- Born: Richard Jon Smith September 6, 1951 (age 74) Cape Town, South Africa
- Genres: pop music
- Occupations: singer, producer
- Instrument: vocals
- Spouse: Glenda

= Richard Jon Smith =

Richard Jon Smith (born 6 September 1951) is a South African pop singer who transcended the racial segregation of apartheid and became known nationally and internationally with the success of his 1973 hit "That's Why I Love You". He released his first single, "Candlelight", in 1972, followed by winning double gold record awards for "That's Why I Love You", "Michael Row the Boat Ashore", "Happy and Gay", "Sweet Mama", "Dayo-Island" and others.

Before becoming a superstar in South Africa at the age of 23, Smith was a porter at Cape Town's Groote Schuur Hospital. He was known as "Mr. Knockout" by his fans, in reference to his chart-busters songs. Smith was a local megastar in 1972 when he was described in the Sunday Times as an "ad man's dream", at the time he was the centrepiece of a brandy promotion.
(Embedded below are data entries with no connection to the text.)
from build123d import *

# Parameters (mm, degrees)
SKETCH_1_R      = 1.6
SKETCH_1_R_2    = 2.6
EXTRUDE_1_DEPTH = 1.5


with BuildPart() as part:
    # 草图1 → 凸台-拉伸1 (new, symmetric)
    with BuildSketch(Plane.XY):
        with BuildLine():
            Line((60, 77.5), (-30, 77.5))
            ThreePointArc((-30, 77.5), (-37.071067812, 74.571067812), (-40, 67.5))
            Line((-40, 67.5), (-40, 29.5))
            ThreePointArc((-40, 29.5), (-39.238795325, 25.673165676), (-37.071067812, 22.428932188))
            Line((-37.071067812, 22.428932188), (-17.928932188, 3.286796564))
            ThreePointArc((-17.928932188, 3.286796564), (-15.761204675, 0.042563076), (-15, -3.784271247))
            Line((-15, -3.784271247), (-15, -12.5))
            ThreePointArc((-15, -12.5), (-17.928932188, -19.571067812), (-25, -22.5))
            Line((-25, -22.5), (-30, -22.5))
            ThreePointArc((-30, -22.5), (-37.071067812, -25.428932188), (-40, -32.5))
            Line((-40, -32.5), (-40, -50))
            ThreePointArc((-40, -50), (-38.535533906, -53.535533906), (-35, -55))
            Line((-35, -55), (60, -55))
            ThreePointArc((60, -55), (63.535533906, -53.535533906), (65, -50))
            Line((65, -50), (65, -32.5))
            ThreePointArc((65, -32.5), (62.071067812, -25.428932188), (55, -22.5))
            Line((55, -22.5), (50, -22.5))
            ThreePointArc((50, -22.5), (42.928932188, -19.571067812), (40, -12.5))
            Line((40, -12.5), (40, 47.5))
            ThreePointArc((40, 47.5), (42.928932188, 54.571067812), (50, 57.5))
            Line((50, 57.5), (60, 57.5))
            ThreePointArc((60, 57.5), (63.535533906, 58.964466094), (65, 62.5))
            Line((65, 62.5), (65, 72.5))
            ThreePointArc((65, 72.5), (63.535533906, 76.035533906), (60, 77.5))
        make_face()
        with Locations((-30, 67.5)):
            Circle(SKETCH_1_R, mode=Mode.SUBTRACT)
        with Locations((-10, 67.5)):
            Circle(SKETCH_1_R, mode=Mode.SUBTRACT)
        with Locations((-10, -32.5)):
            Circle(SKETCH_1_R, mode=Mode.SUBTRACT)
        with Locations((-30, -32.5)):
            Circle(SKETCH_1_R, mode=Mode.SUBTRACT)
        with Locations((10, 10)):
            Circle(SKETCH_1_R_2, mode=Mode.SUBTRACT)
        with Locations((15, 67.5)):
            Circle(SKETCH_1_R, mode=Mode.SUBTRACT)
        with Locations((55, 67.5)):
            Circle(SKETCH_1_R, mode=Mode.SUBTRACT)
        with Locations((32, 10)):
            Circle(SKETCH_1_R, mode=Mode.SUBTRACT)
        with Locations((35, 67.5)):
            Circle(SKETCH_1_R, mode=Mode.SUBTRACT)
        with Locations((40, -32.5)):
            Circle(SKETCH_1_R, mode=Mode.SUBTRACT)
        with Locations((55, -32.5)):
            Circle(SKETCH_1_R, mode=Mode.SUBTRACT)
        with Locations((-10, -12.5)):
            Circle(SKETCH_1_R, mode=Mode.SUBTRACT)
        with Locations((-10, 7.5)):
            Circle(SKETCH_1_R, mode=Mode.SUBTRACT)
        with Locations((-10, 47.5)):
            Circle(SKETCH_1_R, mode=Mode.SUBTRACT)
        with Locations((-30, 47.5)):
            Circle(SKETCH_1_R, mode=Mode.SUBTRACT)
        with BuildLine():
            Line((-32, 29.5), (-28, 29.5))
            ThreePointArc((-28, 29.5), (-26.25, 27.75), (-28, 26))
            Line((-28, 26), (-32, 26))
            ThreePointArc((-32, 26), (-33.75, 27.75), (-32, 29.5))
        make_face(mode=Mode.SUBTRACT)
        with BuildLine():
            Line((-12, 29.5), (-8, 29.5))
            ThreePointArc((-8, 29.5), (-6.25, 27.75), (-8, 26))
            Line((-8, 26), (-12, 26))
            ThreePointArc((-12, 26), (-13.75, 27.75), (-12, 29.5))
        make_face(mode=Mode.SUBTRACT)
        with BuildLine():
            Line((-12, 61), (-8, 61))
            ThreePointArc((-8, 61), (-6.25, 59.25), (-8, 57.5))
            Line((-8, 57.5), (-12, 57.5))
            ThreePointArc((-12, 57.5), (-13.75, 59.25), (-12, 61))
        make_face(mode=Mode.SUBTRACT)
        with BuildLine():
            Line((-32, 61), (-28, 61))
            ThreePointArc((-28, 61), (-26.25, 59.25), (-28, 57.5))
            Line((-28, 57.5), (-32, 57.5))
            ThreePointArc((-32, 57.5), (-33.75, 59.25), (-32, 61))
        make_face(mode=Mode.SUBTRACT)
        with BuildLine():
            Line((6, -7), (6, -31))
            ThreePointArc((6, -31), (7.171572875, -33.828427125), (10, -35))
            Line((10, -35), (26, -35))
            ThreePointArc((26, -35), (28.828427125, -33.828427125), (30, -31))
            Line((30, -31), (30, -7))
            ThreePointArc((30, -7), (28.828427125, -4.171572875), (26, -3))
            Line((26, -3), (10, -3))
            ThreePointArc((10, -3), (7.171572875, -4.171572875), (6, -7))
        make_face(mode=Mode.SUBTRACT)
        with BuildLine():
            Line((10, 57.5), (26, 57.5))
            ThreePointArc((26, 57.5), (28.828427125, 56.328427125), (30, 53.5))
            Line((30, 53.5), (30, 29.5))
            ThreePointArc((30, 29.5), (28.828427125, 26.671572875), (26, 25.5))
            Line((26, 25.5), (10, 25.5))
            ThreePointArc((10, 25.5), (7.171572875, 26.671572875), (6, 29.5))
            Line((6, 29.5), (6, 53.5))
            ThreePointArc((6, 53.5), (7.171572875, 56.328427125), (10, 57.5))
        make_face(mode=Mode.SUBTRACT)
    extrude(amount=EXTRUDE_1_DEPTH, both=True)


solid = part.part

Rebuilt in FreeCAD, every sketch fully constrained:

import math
import FreeCAD as App
import Part
import Sketcher
from FreeCAD import Vector
Q = App.Units.Quantity

doc = App.newDocument("Part")
body = doc.addObject("PartDesign::Body", "Body")

# Sketch on XY plane
sketch1 = body.newObject("Sketcher::SketchObject", "Sketch")
sketch1.AttachmentSupport = (doc.getObject("XY_Plane"), [""])
sketch1.MapMode = "FlatFace"
sketch1.addGeometry([
    Part.LineSegment(Vector(60, 77.5, 0), Vector(-30, 77.5, 0)),  # 0
    Part.ArcOfCircle(Part.Circle(Vector(-30, 67.5, 0), Vector(0, 0, 1), 10), math.radians(90), math.radians(180)),  # 1
    Part.LineSegment(Vector(-40, 67.5, 0), Vector(-40, 29.5, 0)),  # 2
    Part.ArcOfCircle(Part.Circle(Vector(-30, 29.5, 0), Vector(0, 0, 1), 10), math.radians(180), math.radians(225)),  # 3
    Part.LineSegment(Vector(-37.1, 22.4, 0), Vector(-17.9, 3.3, 0)),  # 4
    Part.ArcOfCircle(Part.Circle(Vector(-25, -3.8, 0), Vector(0, 0, 1), 10), math.radians(0), math.radians(45)),  # 5
    Part.LineSegment(Vector(-15, -3.8, 0), Vector(-15, -12.5, 0)),  # 6
    Part.ArcOfCircle(Part.Circle(Vector(-25, -12.5, 0), Vector(0, 0, 1), 10), math.radians(-90), math.radians(0)),  # 7
    Part.LineSegment(Vector(-25, -22.5, 0), Vector(-30, -22.5, 0)),  # 8
    Part.ArcOfCircle(Part.Circle(Vector(-30, -32.5, 0), Vector(0, 0, 1), 10), math.radians(90), math.radians(180)),  # 9
    Part.LineSegment(Vector(-40, -32.5, 0), Vector(-40, -50, 0)),  # 10
    Part.ArcOfCircle(Part.Circle(Vector(-35, -50, 0), Vector(0, 0, 1), 5), math.radians(180), math.radians(270)),  # 11
    Part.LineSegment(Vector(-35, -55, 0), Vector(60, -55, 0)),  # 12
    Part.ArcOfCircle(Part.Circle(Vector(60, -50, 0), Vector(0, 0, 1), 5), math.radians(-90), math.radians(0)),  # 13
    Part.LineSegment(Vector(65, -50, 0), Vector(65, -32.5, 0)),  # 14
    Part.ArcOfCircle(Part.Circle(Vector(55, -32.5, 0), Vector(0, 0, 1), 10), math.radians(0), math.radians(90)),  # 15
    Part.LineSegment(Vector(55, -22.5, 0), Vector(50, -22.5, 0)),  # 16
    Part.ArcOfCircle(Part.Circle(Vector(50, -12.5, 0), Vector(0, 0, 1), 10), math.radians(180), math.radians(270)),  # 17
    Part.LineSegment(Vector(40, -12.5, 0), Vector(40, 47.5, 0)),  # 18
    Part.ArcOfCircle(Part.Circle(Vector(50, 47.5, 0), Vector(0, 0, 1), 10), math.radians(90), math.radians(180)),  # 19
    Part.LineSegment(Vector(50, 57.5, 0), Vector(60, 57.5, 0)),  # 20
    Part.ArcOfCircle(Part.Circle(Vector(60, 62.5, 0), Vector(0, 0, 1), 5), math.radians(-90), math.radians(0)),  # 21
    Part.LineSegment(Vector(65, 62.5, 0), Vector(65, 72.5, 0)),  # 22
    Part.ArcOfCircle(Part.Circle(Vector(60, 72.5, 0), Vector(0, 0, 1), 5), math.radians(0), math.radians(90)),  # 23
    Part.Circle(Vector(-30, -32.5, 0), Vector(0, 0, 1), 1.6),  # 24
    Part.Circle(Vector(-10, -32.5, 0), Vector(0, 0, 1), 1.6),  # 25
    Part.Circle(Vector(-10, -12.5, 0), Vector(0, 0, 1), 1.6),  # 26
    Part.Circle(Vector(-10, 7.5, 0), Vector(0, 0, 1), 1.6),  # 27
    Part.Circle(Vector(10, 10, 0), Vector(0, 0, 1), 2.6),  # 28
Smith, along with his wife Glenda, moved to the United Kingdom in 1981, where he began working as a songwriter-producer-recording artist in England with Jive Records, having produced the album Whodini, among others. In 1983 Smith had a minor hit on Jive Records called "Stay with me tonight". He returned to South Africa only in 2012, to perform as a guest artist at the three-day Zane Adam Tribute Concert, at GrandWest Arena, where he was received with great enthusiasm by the public.